Ask HN: Meditaion Resources - B3QL
Do you know any good and free resources about meditation from beginner to advanced?<p>I tried headspace.com but after free trial I resign.
======
eswat
Check if there’s a Shambhala centre near you:
[http://shambhala.org/centres/find-shambhala-
centre/](http://shambhala.org/centres/find-shambhala-centre/)

They offer free beginners meditation classes and group meditation sessions.

You can also continue doing what you’re doing and try many of the free
meditation apps to soak up their material.

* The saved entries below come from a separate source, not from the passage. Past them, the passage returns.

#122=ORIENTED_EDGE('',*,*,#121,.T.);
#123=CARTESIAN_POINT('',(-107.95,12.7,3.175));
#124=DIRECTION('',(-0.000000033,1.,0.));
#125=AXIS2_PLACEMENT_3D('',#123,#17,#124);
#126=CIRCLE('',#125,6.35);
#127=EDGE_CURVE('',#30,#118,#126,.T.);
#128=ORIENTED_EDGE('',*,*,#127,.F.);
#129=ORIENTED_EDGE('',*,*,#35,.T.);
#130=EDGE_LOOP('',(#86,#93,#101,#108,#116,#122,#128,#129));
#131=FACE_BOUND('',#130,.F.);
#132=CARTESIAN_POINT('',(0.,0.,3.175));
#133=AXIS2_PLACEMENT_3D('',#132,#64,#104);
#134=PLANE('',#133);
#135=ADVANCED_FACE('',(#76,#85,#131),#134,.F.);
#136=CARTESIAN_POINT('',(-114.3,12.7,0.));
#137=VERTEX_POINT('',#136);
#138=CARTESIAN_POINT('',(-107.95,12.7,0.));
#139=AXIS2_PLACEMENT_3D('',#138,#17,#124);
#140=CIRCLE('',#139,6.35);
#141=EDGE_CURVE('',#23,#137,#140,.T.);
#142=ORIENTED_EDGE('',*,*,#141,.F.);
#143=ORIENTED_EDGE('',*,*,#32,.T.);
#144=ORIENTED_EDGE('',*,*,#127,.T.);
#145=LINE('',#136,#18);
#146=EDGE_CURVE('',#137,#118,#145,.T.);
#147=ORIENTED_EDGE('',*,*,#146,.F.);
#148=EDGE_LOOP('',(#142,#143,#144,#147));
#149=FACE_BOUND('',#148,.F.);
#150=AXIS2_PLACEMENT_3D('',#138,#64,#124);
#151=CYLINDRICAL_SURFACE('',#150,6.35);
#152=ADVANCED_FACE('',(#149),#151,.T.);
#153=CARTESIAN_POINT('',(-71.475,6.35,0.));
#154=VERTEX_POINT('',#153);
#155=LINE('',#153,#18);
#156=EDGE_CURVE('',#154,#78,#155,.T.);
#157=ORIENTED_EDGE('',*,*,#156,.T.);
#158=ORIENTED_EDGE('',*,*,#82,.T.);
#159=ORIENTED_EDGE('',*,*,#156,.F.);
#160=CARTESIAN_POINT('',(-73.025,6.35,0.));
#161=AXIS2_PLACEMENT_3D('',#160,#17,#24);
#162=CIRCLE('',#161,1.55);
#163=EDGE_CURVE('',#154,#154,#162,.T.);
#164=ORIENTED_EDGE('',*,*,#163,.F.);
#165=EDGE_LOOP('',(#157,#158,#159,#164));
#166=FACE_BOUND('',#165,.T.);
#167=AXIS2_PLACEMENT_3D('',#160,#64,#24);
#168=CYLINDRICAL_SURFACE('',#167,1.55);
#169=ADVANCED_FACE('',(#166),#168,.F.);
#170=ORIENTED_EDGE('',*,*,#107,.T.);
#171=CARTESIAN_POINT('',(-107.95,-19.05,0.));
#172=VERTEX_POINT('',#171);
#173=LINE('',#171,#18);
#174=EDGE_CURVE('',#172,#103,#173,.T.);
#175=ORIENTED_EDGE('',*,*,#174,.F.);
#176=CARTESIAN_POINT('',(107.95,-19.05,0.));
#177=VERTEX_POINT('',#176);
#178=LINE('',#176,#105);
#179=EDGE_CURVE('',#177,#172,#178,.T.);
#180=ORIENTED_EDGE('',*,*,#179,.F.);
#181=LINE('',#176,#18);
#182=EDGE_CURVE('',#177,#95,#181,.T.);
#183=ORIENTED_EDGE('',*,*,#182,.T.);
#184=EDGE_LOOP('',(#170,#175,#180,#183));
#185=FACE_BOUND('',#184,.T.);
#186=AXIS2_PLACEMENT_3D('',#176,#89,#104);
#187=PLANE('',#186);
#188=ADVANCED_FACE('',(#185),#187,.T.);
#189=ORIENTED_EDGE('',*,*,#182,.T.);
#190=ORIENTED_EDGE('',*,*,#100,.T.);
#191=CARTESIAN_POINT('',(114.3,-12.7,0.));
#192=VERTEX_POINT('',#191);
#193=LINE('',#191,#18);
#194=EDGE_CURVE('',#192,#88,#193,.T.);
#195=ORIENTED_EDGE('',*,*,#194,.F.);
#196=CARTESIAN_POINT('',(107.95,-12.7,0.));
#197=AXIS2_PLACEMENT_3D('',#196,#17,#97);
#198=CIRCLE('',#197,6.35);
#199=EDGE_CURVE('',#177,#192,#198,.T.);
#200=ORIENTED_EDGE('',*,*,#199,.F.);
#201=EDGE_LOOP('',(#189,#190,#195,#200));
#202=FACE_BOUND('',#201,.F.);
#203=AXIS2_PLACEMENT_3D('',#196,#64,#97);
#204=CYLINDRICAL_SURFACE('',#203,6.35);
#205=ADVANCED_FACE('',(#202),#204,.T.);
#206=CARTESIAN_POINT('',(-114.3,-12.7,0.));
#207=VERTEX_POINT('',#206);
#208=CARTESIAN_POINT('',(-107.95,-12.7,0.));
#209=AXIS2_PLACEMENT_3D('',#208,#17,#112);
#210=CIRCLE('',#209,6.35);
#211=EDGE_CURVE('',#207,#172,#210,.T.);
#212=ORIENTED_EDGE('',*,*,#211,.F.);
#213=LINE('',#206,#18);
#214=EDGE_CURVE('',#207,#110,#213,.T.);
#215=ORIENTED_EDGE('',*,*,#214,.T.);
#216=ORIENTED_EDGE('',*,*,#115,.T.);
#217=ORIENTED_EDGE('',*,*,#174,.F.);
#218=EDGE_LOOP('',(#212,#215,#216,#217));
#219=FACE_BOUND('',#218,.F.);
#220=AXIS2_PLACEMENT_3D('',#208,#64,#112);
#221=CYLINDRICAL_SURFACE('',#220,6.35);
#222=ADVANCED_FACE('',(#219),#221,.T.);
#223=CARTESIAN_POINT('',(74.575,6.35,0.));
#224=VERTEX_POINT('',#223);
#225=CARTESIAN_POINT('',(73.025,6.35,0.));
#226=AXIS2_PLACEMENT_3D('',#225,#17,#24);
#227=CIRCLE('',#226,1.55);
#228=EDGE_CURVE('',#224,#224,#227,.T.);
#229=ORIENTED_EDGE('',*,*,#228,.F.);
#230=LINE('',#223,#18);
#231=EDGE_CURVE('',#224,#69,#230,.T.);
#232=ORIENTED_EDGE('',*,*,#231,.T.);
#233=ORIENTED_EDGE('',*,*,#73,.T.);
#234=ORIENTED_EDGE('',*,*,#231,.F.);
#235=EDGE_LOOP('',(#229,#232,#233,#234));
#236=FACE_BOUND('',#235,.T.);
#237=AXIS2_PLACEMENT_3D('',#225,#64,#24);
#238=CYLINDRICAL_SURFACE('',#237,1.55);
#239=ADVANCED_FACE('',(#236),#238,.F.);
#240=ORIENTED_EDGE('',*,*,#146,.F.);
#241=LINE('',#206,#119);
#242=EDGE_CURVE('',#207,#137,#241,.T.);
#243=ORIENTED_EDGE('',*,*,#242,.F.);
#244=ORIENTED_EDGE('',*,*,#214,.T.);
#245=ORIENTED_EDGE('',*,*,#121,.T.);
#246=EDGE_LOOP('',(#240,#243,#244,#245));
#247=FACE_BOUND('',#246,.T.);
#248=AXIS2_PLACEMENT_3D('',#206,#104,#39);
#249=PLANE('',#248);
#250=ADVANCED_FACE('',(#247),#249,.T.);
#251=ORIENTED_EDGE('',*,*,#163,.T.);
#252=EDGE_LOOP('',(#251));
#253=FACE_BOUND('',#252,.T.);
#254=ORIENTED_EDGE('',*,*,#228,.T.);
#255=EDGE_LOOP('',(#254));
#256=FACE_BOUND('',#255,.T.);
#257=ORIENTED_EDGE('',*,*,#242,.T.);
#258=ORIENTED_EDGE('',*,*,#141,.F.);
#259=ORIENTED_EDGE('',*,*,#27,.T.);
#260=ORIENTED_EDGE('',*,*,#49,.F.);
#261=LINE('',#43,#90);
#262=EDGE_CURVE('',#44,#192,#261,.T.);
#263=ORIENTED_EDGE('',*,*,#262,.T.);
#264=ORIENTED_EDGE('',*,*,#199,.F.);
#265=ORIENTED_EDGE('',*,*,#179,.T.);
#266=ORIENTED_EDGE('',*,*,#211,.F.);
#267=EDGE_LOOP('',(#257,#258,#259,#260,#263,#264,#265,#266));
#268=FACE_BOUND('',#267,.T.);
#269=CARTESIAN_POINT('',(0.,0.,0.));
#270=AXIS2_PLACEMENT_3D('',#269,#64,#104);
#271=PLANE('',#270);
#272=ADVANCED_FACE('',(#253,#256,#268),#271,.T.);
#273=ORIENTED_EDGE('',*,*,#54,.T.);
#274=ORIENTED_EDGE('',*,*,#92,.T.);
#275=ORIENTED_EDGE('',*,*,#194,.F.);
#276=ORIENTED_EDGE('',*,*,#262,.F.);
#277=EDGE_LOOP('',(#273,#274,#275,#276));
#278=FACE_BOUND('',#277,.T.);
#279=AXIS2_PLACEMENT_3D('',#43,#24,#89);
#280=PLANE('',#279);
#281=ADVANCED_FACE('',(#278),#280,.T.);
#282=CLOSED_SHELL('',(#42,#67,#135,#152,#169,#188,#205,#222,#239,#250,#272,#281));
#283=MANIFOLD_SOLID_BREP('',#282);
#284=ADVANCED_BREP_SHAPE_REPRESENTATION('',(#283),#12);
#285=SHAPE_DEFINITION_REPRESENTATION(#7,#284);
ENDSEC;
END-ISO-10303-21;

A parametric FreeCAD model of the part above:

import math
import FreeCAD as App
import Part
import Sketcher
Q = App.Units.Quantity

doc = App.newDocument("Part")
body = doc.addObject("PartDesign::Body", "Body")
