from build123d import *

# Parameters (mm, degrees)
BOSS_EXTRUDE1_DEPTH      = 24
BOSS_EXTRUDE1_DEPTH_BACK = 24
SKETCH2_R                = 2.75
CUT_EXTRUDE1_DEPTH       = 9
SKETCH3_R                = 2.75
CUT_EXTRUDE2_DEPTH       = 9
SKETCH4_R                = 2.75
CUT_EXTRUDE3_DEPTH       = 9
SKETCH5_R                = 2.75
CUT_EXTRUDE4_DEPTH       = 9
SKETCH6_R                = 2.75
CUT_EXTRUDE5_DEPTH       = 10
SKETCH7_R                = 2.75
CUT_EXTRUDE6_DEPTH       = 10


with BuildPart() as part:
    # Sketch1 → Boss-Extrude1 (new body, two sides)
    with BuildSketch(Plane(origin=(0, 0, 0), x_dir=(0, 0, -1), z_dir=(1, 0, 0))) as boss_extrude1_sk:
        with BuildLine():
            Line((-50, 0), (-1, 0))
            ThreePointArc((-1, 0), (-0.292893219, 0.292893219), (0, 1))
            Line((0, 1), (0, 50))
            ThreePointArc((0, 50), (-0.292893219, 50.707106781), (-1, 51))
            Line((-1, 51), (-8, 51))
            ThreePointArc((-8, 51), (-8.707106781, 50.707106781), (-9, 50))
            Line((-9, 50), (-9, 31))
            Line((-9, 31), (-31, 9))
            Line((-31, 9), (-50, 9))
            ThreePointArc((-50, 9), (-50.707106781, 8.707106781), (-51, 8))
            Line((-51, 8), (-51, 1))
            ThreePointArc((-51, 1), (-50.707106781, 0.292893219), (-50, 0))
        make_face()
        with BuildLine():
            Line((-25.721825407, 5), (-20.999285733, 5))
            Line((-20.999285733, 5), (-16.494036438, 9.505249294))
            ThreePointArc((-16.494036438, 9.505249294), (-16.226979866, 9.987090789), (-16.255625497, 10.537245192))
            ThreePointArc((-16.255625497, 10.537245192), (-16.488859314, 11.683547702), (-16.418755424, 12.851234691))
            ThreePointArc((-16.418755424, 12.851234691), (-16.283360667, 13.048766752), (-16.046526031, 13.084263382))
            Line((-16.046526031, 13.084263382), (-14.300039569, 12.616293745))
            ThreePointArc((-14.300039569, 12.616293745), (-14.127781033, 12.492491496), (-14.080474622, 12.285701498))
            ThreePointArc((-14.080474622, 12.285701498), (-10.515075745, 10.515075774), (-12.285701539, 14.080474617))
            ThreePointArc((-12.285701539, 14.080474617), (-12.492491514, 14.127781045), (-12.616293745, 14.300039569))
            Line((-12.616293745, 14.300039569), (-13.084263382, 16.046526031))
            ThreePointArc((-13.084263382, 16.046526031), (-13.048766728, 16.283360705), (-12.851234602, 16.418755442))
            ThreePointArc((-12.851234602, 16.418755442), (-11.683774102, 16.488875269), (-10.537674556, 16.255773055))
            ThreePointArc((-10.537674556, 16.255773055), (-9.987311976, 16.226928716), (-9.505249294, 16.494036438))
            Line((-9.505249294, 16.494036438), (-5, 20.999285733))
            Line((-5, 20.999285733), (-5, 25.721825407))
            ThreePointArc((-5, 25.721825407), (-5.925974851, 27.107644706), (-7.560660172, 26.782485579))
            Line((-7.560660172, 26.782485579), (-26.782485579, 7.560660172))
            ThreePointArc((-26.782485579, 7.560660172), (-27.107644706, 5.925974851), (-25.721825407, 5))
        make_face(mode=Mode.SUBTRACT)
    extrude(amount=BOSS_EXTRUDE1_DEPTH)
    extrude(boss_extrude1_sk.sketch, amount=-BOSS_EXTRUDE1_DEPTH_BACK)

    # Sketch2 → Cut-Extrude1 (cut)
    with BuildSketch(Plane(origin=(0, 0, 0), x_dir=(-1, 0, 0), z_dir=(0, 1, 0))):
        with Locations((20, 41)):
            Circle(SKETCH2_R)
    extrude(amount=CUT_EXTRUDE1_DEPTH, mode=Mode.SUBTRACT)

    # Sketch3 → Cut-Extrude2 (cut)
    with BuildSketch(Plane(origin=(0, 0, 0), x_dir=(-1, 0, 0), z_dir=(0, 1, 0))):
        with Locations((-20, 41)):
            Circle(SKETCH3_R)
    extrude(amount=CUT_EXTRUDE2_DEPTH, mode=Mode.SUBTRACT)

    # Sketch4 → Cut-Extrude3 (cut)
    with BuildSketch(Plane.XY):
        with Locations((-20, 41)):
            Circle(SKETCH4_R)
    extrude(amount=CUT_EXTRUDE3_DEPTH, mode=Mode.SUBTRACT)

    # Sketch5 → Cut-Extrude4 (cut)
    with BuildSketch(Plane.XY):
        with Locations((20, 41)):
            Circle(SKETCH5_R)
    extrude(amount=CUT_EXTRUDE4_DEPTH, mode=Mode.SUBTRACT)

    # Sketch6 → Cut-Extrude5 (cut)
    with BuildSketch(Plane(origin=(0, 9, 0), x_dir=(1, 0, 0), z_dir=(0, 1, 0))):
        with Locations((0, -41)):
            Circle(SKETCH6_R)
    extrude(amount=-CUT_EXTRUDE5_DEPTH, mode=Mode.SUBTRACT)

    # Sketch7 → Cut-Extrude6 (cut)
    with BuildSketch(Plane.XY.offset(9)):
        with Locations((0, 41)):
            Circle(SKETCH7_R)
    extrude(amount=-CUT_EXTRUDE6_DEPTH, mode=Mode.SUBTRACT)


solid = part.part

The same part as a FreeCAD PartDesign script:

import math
import FreeCAD as App
import Part
import Sketcher

V = App.Vector
Q = App.Units.Quantity

doc = App.newDocument("Part")
body = doc.addObject("PartDesign::Body", "Body")

# Sketch on YZ plane
sketch1 = body.newObject("Sketcher::SketchObject", "Sketch")
sketch1.AttachmentSupport = (doc.getObject("YZ_Plane"), [""])
sketch1.MapMode = "FlatFace"
sketch1.addGeometry(Part.LineSegment(V(0, 50, 0), V(0, 1, 0)), False)
sketch1.addGeometry(Part.ArcOfCircle(Part.Circle(V(1, 1, 0), V(0, 0, 1), 1), math.radians(-180), math.radians(-90)), False)
sketch1.addGeometry(Part.LineSegment(V(1, 0, 0), V(50, 0, 0)), False)
sketch1.addGeometry(Part.ArcOfCircle(Part.Circle(V(50, 1, 0), V(0, 0, 1), 1), math.radians(-90), math.radians(0)), False)
sketch1.addGeometry(Part.LineSegment(V(51, 1, 0), V(51, 8, 0)), False)
sketch1.addGeometry(Part.ArcOfCircle(Part.Circle(V(50, 8, 0), V(0, 0, 1), 1), math.radians(0), math.radians(90)), False)
sketch1.addGeometry(Part.LineSegment(V(50, 9, 0), V(31, 9, 0)), False)
sketch1.addGeometry(Part.LineSegment(V(31, 9, 0), V(9, 31, 0)), False)
sketch1.addGeometry(Part.LineSegment(V(9, 31, 0), V(9, 50, 0)), False)
sketch1.addGeometry(Part.ArcOfCircle(Part.Circle(V(8, 50, 0), V(0, 0, 1), 1), math.radians(0), math.radians(90)), False)
sketch1.addGeometry(Part.LineSegment(V(8, 51, 0), V(1, 51, 0)), False)
sketch1.addGeometry(Part.ArcOfCircle(Part.Circle(V(1, 50, 0), V(0, 0, 1), 1), math.radians(90), math.radians(180)), False)
sketch1.addGeometry(Part.LineSegment(V(5, 20.999286, 0), V(5, 25.721825, 0)), False)
sketch1.addGeometry(Part.ArcOfCircle(Part.Circle(V(6.5, 25.721825, 0), V(0, 0, 1), 1.5), math.radians(45), math.radians(180)), False)
sketch1.addGeometry(Part.LineSegment(V(7.56066, 26.782486, 0), V(26.782486, 7.56066, 0)), False)
sketch1.addGeometry(Part.ArcOfCircle(Part.Circle(V(25.721825, 6.5, 0), V(0, 0, 1), 1.5), math.radians(-90), math.radians(45)), False)
sketch1.addGeometry(Part.LineSegment(V(25.721825, 5, 0), V(20.999286, 5, 0)), False)
sketch1.addGeometry(Part.LineSegment(V(20.999286, 5, 0), V(16.494036, 9.505249, 0)), False)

Give Calm, Sounds True, 10% Happier
and Insight Timer a try.

As for free books there’s Mindfulness In Plain English:
[http://www.urbandharma.org/udharma4/mpe.html](http://www.urbandharma.org/udharma4/mpe.html)

------
wu-ikkyu
Alan Watts - The Art of Meditation

[https://www.youtube.com/watch?v=EgHCwsQ1MqI](https://www.youtube.com/watch?v=EgHCwsQ1MqI)

------
afarrell
On tip: buy a meditation timer which does not also have an "access all human
knowledge and trivial drama" feature.

[https://www.amazon.co.uk/gp/aw/d/B005014HB2/ref=mp_s_a_1_3](https://www.amazon.co.uk/gp/aw/d/B005014HB2/ref=mp_s_a_1_3)
works reasonably.

------
0xdeadbeefbabe
John Kabat-Zinn books, and he even has an app.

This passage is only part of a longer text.